Certains pointent un écart entre ambitions affichées et moyens disponibles de la
Francophonie. Ce constat appelle moins au scepticisme qu’à la lucidité. Au Liban, aujourd’hui, elle n’est ni majoritaire ni exclusive. Sa légitimité ne tient plus à une position dominante, mais à son utilité : ouvrir des perspectives éducatives solides, favoriser la circulation des idées et la créativité littéraire, inscrire le Liban dans des réseaux régionaux et internationaux dont il a besoin, et consolider le lien entre le pays et ses expatriés, qui portent ailleurs une part de notre histoire et de notre avenir. Elle peut constituer un espace de liberté d’expression et un point d’équilibre dans la triangulation linguistique qui caractérise notre pays.
La Francophonie n’est pas un acquis. Elle demeure un choix qui se confirme ou s’affaiblit selon l’usage que nous en faisons. Si elle veut rester vivante, elle devra continuer à donner du sens, à ouvrir des horizons, notamment économiques , et à se déployer dans toutes les régions du Liban. Notre responsabilité collective est d’en préserver l’élégance, la pertinence et l’exigence.

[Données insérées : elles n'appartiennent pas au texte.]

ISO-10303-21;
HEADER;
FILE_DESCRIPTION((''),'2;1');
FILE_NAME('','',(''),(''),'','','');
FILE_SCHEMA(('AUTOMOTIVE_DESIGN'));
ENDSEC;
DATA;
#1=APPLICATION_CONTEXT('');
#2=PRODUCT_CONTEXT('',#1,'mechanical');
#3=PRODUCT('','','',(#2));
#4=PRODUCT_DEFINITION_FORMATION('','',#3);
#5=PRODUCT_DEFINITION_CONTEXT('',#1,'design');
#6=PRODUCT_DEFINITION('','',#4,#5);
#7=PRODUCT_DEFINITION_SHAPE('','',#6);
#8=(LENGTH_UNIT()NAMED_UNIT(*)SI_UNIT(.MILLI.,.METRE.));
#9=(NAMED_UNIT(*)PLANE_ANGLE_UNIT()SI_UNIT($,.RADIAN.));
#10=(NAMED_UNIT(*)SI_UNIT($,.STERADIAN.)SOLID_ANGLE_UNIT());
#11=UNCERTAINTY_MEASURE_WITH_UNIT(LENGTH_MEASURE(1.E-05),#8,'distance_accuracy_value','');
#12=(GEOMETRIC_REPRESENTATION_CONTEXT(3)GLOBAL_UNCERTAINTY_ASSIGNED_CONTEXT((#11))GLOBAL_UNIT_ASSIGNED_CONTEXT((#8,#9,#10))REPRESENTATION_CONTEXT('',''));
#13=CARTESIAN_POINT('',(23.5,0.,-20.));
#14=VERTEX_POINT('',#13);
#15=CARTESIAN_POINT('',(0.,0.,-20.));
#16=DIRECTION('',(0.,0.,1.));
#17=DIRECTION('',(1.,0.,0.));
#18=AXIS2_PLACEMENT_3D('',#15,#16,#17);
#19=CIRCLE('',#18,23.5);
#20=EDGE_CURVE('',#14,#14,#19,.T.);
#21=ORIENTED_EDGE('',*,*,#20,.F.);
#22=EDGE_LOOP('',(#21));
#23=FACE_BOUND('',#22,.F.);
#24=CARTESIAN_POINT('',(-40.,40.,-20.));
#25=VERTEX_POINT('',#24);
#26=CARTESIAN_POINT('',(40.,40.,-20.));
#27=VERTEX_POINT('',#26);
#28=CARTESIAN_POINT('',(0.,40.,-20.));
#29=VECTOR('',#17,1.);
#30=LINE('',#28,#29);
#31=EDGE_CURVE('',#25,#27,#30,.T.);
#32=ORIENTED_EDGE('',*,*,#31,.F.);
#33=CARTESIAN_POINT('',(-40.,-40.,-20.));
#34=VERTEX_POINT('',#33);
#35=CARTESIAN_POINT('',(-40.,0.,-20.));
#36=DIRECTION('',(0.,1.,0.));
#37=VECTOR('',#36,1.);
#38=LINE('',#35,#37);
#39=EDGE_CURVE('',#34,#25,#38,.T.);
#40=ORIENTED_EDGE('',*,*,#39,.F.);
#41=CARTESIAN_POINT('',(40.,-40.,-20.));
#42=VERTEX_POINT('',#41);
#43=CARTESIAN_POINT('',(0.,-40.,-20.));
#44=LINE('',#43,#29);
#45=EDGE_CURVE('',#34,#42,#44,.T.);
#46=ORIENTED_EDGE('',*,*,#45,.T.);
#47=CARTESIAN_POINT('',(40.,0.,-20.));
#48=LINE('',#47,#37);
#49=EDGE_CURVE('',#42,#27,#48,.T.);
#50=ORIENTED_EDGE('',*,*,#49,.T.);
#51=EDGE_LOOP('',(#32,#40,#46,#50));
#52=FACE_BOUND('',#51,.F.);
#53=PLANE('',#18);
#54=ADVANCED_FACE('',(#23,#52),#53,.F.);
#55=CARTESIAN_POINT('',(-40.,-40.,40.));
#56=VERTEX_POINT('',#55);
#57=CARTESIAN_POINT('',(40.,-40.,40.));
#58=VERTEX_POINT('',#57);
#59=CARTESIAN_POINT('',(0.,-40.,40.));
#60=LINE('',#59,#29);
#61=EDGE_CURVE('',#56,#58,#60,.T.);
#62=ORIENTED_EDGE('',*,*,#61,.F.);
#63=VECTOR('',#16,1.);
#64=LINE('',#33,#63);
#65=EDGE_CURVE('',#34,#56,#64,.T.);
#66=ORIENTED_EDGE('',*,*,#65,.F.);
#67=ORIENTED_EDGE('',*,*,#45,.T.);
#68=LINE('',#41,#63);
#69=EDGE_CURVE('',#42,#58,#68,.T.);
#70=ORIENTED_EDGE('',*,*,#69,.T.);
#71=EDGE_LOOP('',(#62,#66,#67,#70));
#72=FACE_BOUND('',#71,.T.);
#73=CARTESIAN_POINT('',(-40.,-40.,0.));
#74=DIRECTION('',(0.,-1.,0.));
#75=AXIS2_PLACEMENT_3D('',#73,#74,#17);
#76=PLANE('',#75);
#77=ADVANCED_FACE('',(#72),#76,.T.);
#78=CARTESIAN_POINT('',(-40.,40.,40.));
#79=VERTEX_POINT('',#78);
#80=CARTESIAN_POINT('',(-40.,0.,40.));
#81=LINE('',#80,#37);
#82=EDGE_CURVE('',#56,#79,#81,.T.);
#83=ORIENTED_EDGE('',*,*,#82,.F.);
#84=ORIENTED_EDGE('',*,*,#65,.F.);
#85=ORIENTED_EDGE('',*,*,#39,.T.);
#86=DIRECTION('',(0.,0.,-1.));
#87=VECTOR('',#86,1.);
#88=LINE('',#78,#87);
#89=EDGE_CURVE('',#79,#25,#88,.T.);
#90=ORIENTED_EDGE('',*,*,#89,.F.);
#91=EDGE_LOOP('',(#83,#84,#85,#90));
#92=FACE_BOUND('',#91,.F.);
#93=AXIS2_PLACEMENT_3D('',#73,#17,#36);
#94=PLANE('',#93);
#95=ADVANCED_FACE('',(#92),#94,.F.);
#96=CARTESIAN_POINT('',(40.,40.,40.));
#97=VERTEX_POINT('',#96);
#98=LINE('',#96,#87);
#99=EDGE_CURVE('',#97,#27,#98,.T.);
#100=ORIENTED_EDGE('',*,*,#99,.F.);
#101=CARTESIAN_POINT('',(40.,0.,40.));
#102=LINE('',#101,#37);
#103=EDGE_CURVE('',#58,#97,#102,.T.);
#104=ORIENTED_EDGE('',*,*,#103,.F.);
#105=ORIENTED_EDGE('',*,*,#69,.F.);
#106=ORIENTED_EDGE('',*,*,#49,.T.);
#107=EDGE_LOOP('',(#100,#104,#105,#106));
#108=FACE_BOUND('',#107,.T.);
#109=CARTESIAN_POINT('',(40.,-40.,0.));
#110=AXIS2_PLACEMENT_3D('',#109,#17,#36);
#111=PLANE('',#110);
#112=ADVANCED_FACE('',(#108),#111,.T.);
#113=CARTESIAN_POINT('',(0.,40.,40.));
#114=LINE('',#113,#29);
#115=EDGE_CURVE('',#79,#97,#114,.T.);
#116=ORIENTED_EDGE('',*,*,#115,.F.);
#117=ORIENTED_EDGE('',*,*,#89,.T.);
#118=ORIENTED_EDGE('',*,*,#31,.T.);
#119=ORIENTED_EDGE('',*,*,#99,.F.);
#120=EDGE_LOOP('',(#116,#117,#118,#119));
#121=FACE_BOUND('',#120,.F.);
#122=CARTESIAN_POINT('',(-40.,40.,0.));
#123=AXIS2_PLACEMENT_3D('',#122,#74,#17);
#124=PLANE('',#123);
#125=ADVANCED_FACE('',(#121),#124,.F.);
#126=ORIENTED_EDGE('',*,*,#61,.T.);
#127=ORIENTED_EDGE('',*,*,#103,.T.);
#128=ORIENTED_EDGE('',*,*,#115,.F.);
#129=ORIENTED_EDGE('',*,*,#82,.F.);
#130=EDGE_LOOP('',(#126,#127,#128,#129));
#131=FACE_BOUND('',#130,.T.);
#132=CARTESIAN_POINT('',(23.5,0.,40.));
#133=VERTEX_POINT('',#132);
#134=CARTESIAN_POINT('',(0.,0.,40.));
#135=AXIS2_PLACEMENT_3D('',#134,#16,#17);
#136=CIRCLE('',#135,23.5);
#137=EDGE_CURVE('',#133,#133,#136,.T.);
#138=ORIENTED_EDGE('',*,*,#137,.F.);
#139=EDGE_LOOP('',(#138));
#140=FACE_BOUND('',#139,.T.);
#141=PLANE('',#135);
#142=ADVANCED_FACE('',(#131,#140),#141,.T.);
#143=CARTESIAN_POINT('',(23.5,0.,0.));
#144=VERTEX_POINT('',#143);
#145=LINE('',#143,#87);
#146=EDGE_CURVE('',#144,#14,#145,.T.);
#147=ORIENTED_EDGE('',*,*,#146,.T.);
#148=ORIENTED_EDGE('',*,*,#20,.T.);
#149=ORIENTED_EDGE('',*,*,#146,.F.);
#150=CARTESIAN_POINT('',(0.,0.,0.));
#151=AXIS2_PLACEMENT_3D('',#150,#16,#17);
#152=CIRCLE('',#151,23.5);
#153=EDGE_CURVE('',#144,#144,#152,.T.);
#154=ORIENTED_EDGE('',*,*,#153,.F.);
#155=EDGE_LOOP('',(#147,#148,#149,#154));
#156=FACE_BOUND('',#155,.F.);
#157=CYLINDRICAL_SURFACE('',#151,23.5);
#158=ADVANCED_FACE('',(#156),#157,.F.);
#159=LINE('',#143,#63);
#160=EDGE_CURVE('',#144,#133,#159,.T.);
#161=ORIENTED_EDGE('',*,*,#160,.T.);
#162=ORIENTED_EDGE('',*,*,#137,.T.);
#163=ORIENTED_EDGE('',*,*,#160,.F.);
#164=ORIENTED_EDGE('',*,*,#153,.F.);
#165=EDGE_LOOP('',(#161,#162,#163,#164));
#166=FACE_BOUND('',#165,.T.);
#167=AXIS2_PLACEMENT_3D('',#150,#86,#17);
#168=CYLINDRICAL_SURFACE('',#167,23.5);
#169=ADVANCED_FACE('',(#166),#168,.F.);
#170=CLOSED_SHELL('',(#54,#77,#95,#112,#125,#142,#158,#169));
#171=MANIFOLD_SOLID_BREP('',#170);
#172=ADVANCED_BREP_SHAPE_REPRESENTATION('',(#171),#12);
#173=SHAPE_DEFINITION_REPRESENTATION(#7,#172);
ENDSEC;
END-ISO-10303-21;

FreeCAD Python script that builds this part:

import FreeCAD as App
import Part
import Sketcher

V = App.Vector
Q = App.Units.Quantity

doc = App.newDocument("Part")
params = doc.addObject("Spreadsheet::Sheet", "Params")
for row, (alias, value) in enumerate([
    ("sketch1_diameter", "47 mm"),
    ("sketch1_width", "80 mm"),
    ("pad1_length", "40 mm"),
    ("pad1_length2", "20 mm"),
], start=1):
    params.set(f"A{row}", alias)
    params.set(f"B{row}", "=" + value)
    params.setAlias(f"B{row}", alias)

body = doc.addObject("PartDesign::Body", "Body")

# Sketch on XY plane
sketch1 = body.newObject("Sketcher::SketchObject", "Sketch")
sketch1.AttachmentSupport = (doc.getObject("XY_Plane"), [""])
sketch1.MapMode = "FlatFace"
sketch1.addGeometry(Part.LineSegment(V(-40, 40, 0), V(-40, -40, 0)), False)
sketch1.addGeometry(Part.LineSegment(V(-40, -40, 0), V(40, -40, 0)), False)
sketch1.addGeometry(Part.LineSegment(V(40, -40, 0), V(40, 40, 0)), False)
sketch1.addGeometry(Part.LineSegment(V(40, 40, 0), V(-40, 40, 0)), False)
sketch1.addGeometry(Part.Circle(V(0, 0, 0), V(0, 0, 1), 24), False)
sketch1.addConstraint(Sketcher.Constraint("Coincident", 0, 2, 1, 1))
sketch1.addConstraint(Sketcher.Constraint("Coincident", 1, 2, 2, 1))
sketch1.addConstraint(Sketcher.Constraint("Coincident", 2, 2, 3, 1))
sketch1.addConstraint(Sketcher.Constraint("Coincident", 3, 2, 0, 1))
sketch1.addConstraint(Sketcher.Constraint("Vertical", 0))
sketch1.addConstraint(Sketcher.Constraint("Horizontal", 1))
sketch1.addConstraint(Sketcher.Constraint("Vertical", 2))
sketch1.addConstraint(Sketcher.Constraint("Horizontal", 3))
sketch1.addConstraint(Sketcher.Constraint("Coincident", 4, 3, -1, 1))
sketch1.addConstraint(Sketcher.Constraint("Symmetric", 0, 2, 2, 2, -1, 1))
sketch1.addConstraint(Sketcher.Constraint("Equal", 3, 0))
sketch1.addConstraint(Sketcher.Constraint("Diameter", 4, Q("47 mm")))
sketch1.addConstraint(Sketcher.Constraint("DistanceX", 1, 1, 1, 2, Q("80 mm")))
sketch1.setExpression("Constraints[11]", "Params.sketch1_diameter")
sketch1.setExpression("Constraints[12]", "Params.sketch1_width")
pad1 = body.newObject("PartDesign::Pad", "Pad")
pad1.Profile = sketch1
pad1.Type = "TwoLengths"
pad1.setExpression("Length", "Params.pad1_length")
pad1.setExpression("Length2", "Params.pad1_length2")

doc.recompute()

Un programme foisonnant à travers tout le territoire
Pendant un mois, les événements se succèdent de Tripoli à Saïda, de Zahlé à la capitale Beyrouth, avec une volonté claire : sortir la francophonie de ses cercles habituels et la rendre accessible à tous.
Au programme :
- projections de films internationaux explorant mémoire, migration et justice sociale ;
- rencontres littéraires avec auteurs et traducteurs ;
- spectacles mêlant poésie, musique et arts visuels ;
- concours d’écriture pour les lycéens ;
- ateliers slam pour les jeunes ;
- hackathons étudiants sur l’intelligence artificielle durable ;
- expositions artistiques et historiques.
Cette diversité illustre une francophonie vécue au quotidien, dans les salles de classe, sur scène, dans les bibliothèques ou les universités.
La jeunesse au cœur de l’édition 2026
Une attention particulière est accordée aux jeunes générations, considérées comme les véritables passeurs de la langue. Concours bilingues, dictées thématiques, défis poétiques nationaux et ateliers créatifs visent à transformer le français en espace d’expression personnelle plutôt qu’en simple discipline scolaire.
L’objectif est clair : faire de la langue un outil d’imagination, de pensée critique et d’insertion professionnelle.
Le Mois de la Francophonie constitue aussi un moment fort de diplomatie culturelle. Des ambassadeurs francophones visiteront des écoles à travers le pays, tandis qu’une célébration officielle rassemblera représentants institutionnels et acteurs culturels autour des valeurs de solidarité et de diversité.
Au-delà des spectacles et des rencontres, l’événement porte un message : la francophonie libanaise n’existe que parce qu’elle est pratiquée, réinventée et partagée. Elle n’est plus une position dominante mais une proposition — celle d’un espace d’échange, de création et d’ouverture sur le monde.
Dans un contexte national marqué par les défis, ce mois culturel apparaît ainsi comme un rappel essentiel : les langues ne sont pas seulement des moyens de communication, mais des passerelles vers d’autres imaginaires et d’autres possibles.